▸ **WHAT THE EXERCISE ASKS**: Provide again, from the entries below, every line from the one containing "with Locations(*[(-i *" through the one containing "A parametric FreeCAD", exactly as written, and no other line.

[Opening RAW DATA section]

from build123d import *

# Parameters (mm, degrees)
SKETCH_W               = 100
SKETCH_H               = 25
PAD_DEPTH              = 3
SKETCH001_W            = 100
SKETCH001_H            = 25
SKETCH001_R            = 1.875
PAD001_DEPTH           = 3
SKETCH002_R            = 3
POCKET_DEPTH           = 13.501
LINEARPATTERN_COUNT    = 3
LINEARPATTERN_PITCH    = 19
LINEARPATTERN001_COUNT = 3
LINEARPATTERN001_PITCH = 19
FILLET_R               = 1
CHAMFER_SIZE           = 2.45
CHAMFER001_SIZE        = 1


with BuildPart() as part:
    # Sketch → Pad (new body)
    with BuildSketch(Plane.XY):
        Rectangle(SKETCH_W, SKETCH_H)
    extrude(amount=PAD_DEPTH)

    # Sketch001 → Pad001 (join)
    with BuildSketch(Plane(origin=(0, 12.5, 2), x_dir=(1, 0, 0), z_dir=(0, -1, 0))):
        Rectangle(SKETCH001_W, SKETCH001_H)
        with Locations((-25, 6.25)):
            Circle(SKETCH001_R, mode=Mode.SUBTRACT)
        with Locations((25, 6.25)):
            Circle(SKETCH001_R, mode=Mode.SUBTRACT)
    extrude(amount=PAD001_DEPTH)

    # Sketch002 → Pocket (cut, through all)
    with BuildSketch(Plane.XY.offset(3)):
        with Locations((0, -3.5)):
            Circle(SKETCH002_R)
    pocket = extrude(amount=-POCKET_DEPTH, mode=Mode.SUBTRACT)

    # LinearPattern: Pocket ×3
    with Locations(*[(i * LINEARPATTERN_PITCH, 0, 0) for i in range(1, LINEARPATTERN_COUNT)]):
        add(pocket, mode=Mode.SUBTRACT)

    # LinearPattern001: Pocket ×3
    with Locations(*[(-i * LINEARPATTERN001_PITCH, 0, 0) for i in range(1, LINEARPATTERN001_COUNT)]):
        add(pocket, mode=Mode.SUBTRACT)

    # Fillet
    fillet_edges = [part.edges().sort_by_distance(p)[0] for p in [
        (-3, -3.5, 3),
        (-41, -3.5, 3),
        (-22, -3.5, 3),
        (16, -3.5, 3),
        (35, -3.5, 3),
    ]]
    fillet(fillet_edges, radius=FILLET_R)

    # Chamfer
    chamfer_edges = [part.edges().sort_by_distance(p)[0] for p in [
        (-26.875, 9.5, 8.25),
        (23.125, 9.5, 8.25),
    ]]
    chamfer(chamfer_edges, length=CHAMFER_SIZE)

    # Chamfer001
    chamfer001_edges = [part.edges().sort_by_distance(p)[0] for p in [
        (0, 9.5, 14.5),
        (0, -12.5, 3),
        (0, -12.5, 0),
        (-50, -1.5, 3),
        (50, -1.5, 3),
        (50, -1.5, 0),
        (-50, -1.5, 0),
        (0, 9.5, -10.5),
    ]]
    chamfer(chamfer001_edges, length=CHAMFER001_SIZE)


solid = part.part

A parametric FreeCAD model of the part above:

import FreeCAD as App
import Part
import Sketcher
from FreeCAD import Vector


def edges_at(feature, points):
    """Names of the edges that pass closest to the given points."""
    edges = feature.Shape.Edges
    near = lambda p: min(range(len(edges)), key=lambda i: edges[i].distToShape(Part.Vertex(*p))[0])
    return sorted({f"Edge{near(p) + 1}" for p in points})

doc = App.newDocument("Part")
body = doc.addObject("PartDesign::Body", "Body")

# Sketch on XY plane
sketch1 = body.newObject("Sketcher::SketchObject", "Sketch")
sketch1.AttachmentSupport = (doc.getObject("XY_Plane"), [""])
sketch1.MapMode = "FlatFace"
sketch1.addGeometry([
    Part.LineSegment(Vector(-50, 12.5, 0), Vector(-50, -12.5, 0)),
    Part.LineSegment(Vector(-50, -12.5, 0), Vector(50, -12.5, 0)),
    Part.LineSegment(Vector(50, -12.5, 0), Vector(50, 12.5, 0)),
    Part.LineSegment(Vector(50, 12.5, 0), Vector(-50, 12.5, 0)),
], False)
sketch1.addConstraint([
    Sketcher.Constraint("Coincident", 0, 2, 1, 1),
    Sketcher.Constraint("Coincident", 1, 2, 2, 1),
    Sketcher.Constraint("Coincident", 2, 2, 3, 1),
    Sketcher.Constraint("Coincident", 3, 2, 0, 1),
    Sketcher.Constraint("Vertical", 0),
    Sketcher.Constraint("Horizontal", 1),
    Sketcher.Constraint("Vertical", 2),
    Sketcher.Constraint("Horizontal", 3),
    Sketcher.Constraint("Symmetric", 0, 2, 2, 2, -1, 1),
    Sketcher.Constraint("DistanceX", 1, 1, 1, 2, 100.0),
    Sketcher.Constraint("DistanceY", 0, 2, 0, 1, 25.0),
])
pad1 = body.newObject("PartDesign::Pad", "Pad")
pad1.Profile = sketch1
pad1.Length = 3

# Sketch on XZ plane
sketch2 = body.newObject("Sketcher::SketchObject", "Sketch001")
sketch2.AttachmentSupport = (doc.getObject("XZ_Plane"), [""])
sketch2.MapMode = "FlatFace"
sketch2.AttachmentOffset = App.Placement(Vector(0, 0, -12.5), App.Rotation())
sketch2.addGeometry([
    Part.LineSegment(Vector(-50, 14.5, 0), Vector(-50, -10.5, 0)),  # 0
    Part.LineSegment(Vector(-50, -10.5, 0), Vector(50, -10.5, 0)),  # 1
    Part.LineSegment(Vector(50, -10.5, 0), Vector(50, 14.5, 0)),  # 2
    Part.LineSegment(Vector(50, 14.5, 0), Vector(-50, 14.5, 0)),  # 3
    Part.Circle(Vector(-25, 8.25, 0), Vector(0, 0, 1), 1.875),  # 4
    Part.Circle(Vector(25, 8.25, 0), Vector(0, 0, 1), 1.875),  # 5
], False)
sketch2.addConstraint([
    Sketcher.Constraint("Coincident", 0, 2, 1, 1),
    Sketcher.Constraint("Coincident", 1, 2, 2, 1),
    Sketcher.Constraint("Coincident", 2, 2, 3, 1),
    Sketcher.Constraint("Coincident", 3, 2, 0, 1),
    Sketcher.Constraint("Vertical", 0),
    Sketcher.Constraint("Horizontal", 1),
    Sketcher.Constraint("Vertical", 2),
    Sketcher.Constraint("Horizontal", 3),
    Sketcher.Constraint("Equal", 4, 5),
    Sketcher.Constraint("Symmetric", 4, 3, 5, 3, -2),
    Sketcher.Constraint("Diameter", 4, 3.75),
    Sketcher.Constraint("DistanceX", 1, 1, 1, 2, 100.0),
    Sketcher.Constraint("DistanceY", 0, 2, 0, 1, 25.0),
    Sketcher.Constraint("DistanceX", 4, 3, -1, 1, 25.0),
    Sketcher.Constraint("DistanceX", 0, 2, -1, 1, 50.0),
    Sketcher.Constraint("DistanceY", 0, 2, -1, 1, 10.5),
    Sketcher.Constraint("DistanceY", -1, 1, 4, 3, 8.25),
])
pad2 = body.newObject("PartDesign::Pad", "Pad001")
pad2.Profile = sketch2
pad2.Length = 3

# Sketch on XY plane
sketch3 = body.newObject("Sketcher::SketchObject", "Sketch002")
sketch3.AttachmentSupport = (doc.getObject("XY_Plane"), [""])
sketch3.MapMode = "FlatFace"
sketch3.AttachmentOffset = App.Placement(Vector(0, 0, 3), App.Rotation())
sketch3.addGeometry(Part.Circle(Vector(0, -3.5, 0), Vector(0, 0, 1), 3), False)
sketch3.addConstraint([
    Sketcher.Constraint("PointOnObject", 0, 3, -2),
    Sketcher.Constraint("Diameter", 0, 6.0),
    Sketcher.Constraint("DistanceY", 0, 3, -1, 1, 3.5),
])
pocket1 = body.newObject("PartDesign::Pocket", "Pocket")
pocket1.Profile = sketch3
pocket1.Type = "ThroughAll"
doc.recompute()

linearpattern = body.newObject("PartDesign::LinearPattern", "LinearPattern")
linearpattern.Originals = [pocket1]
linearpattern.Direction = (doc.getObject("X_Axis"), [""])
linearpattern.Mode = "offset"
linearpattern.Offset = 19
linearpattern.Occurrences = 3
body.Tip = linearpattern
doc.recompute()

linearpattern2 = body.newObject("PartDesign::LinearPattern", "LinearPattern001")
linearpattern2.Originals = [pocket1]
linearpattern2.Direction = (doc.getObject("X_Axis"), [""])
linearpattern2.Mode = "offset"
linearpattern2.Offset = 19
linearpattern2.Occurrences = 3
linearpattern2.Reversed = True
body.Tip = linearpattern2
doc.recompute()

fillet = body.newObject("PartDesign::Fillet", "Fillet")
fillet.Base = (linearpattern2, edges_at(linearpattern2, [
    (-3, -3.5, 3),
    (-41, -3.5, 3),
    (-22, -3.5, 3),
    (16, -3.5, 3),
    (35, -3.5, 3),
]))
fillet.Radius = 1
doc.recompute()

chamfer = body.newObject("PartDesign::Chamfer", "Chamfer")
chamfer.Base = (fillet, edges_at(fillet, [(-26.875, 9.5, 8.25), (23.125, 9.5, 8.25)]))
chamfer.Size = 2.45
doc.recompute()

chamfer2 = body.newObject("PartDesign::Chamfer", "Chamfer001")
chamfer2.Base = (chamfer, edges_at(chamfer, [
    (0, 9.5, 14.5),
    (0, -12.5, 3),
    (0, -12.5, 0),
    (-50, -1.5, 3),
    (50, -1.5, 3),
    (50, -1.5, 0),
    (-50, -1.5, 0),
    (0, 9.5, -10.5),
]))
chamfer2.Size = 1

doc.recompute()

[Closing RAW DATA section]
[Opening RAW DATA section]

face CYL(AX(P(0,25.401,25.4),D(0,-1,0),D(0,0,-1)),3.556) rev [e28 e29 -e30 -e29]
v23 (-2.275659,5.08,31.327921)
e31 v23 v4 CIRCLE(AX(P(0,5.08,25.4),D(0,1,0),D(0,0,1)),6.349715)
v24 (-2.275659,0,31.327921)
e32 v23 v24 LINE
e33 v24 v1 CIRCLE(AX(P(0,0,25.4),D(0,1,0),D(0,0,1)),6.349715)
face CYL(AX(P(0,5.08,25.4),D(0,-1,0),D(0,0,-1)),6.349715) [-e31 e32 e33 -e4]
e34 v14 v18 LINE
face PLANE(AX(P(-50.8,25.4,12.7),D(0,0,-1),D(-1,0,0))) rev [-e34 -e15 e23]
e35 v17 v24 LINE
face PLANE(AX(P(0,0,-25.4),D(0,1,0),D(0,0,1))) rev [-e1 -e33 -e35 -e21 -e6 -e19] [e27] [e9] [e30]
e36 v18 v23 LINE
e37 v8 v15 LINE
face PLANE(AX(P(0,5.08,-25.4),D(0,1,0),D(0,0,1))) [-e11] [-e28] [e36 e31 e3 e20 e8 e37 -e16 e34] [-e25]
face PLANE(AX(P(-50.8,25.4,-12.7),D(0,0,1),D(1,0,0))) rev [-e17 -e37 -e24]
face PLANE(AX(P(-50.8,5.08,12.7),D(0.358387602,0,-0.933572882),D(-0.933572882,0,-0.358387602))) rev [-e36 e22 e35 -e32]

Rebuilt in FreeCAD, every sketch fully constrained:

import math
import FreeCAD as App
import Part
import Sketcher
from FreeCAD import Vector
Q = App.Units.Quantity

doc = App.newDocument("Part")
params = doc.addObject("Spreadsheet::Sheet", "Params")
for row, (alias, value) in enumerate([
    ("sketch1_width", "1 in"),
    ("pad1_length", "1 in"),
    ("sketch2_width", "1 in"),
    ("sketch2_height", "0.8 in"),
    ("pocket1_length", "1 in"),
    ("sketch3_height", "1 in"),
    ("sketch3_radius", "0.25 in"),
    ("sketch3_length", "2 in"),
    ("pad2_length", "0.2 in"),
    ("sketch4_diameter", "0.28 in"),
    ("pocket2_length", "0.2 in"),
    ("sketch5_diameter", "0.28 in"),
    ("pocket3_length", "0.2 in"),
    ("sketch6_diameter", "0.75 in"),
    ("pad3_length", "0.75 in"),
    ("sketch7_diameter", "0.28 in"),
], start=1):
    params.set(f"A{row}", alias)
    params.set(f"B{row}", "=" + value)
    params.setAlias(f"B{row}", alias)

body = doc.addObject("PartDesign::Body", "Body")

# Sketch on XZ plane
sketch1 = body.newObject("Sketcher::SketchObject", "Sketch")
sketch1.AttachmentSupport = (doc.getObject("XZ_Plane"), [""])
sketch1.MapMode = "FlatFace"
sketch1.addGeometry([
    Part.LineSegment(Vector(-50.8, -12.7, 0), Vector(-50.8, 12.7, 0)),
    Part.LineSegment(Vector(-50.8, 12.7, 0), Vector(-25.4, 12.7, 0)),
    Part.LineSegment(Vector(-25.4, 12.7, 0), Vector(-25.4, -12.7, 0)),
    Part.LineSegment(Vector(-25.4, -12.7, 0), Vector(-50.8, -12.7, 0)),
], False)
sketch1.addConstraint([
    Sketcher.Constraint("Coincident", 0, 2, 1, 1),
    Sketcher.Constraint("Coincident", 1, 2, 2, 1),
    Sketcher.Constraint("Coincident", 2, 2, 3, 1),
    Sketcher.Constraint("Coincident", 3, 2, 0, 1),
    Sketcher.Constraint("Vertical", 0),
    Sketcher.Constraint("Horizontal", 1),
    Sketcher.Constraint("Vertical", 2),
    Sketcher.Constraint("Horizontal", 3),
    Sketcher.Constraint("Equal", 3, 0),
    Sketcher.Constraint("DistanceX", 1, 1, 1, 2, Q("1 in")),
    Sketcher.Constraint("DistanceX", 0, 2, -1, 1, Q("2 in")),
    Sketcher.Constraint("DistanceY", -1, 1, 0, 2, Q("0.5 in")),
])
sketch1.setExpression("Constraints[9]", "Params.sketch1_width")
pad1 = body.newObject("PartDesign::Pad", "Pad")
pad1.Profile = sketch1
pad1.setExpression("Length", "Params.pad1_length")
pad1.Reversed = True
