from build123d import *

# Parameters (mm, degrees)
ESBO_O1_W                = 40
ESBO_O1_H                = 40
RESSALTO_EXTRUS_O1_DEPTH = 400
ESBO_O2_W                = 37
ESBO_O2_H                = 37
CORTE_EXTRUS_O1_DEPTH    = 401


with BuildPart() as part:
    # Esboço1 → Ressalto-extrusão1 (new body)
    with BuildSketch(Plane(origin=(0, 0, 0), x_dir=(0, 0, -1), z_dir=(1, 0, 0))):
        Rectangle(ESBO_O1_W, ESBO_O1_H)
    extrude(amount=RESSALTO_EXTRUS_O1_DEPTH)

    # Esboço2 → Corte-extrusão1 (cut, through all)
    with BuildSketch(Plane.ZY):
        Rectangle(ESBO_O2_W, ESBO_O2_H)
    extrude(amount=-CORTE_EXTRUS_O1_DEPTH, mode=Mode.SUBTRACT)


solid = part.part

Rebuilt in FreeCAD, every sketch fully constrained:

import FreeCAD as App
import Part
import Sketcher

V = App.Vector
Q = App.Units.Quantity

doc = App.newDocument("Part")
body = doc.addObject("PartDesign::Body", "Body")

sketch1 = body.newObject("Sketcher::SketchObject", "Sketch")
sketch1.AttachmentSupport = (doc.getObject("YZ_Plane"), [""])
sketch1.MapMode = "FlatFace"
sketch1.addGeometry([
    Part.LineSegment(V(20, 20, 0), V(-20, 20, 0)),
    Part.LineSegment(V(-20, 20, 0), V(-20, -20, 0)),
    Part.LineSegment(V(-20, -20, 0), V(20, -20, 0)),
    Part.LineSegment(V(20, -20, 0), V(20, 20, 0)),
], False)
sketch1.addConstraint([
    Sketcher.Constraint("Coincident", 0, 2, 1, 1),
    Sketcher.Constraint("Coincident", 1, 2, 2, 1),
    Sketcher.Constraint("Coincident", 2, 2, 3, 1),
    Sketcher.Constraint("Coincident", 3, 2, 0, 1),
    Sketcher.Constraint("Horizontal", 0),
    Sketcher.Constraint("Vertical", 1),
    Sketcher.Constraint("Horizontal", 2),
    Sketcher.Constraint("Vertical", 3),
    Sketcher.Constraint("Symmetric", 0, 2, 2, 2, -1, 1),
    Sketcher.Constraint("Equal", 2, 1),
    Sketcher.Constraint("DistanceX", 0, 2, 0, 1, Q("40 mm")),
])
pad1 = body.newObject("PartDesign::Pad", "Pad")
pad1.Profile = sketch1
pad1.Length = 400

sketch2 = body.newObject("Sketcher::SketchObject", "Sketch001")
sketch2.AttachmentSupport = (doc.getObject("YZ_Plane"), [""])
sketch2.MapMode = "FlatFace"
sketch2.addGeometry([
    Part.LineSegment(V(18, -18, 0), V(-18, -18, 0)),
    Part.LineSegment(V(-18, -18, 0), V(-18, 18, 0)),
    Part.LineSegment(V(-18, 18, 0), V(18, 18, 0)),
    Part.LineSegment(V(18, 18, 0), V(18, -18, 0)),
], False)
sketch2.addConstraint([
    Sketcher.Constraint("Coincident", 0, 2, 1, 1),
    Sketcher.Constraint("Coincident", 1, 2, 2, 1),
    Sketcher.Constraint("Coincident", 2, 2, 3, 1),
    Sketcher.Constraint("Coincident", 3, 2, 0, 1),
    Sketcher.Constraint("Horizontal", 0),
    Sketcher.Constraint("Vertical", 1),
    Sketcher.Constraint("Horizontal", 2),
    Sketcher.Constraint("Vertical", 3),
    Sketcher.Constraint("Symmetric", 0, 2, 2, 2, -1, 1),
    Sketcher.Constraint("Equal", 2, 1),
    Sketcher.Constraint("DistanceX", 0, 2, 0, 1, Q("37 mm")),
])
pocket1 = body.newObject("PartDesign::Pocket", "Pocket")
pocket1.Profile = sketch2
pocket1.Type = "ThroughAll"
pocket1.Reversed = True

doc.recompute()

[Closing RAW DATA section]

▸ **OUTPUT FOR THIS TASK**:
    with Locations(*[(-i * LINEARPATTERN001_PITCH, 0, 0) for i in range(1, LINEARPATTERN001_COUNT)]):
        add(pocket, mode=Mode.SUBTRACT)

    # Fillet
    fillet_edges = [part.edges().sort_by_distance(p)[0] for p in [
        (-3, -3.5, 3),
        (-41, -3.5, 3),
        (-22, -3.5, 3),
        (16, -3.5, 3),
        (35, -3.5, 3),
    ]]
    fillet(fillet_edges, radius=FILLET_R)

    # Chamfer
    chamfer_edges = [part.edges().sort_by_distance(p)[0] for p in [
        (-26.875, 9.5, 8.25),
        (23.125, 9.5, 8.25),
    ]]
    chamfer(chamfer_edges, length=CHAMFER_SIZE)

    # Chamfer001
    chamfer001_edges = [part.edges().sort_by_distance(p)[0] for p in [
        (0, 9.5, 14.5),
        (0, -12.5, 3),
        (0, -12.5, 0),
        (-50, -1.5, 3),
        (50, -1.5, 3),
        (50, -1.5, 0),
        (-50, -1.5, 0),
        (0, 9.5, -10.5),
    ]]
    chamfer(chamfer001_edges, length=CHAMFER001_SIZE)


solid = part.part

A parametric FreeCAD model of the part above:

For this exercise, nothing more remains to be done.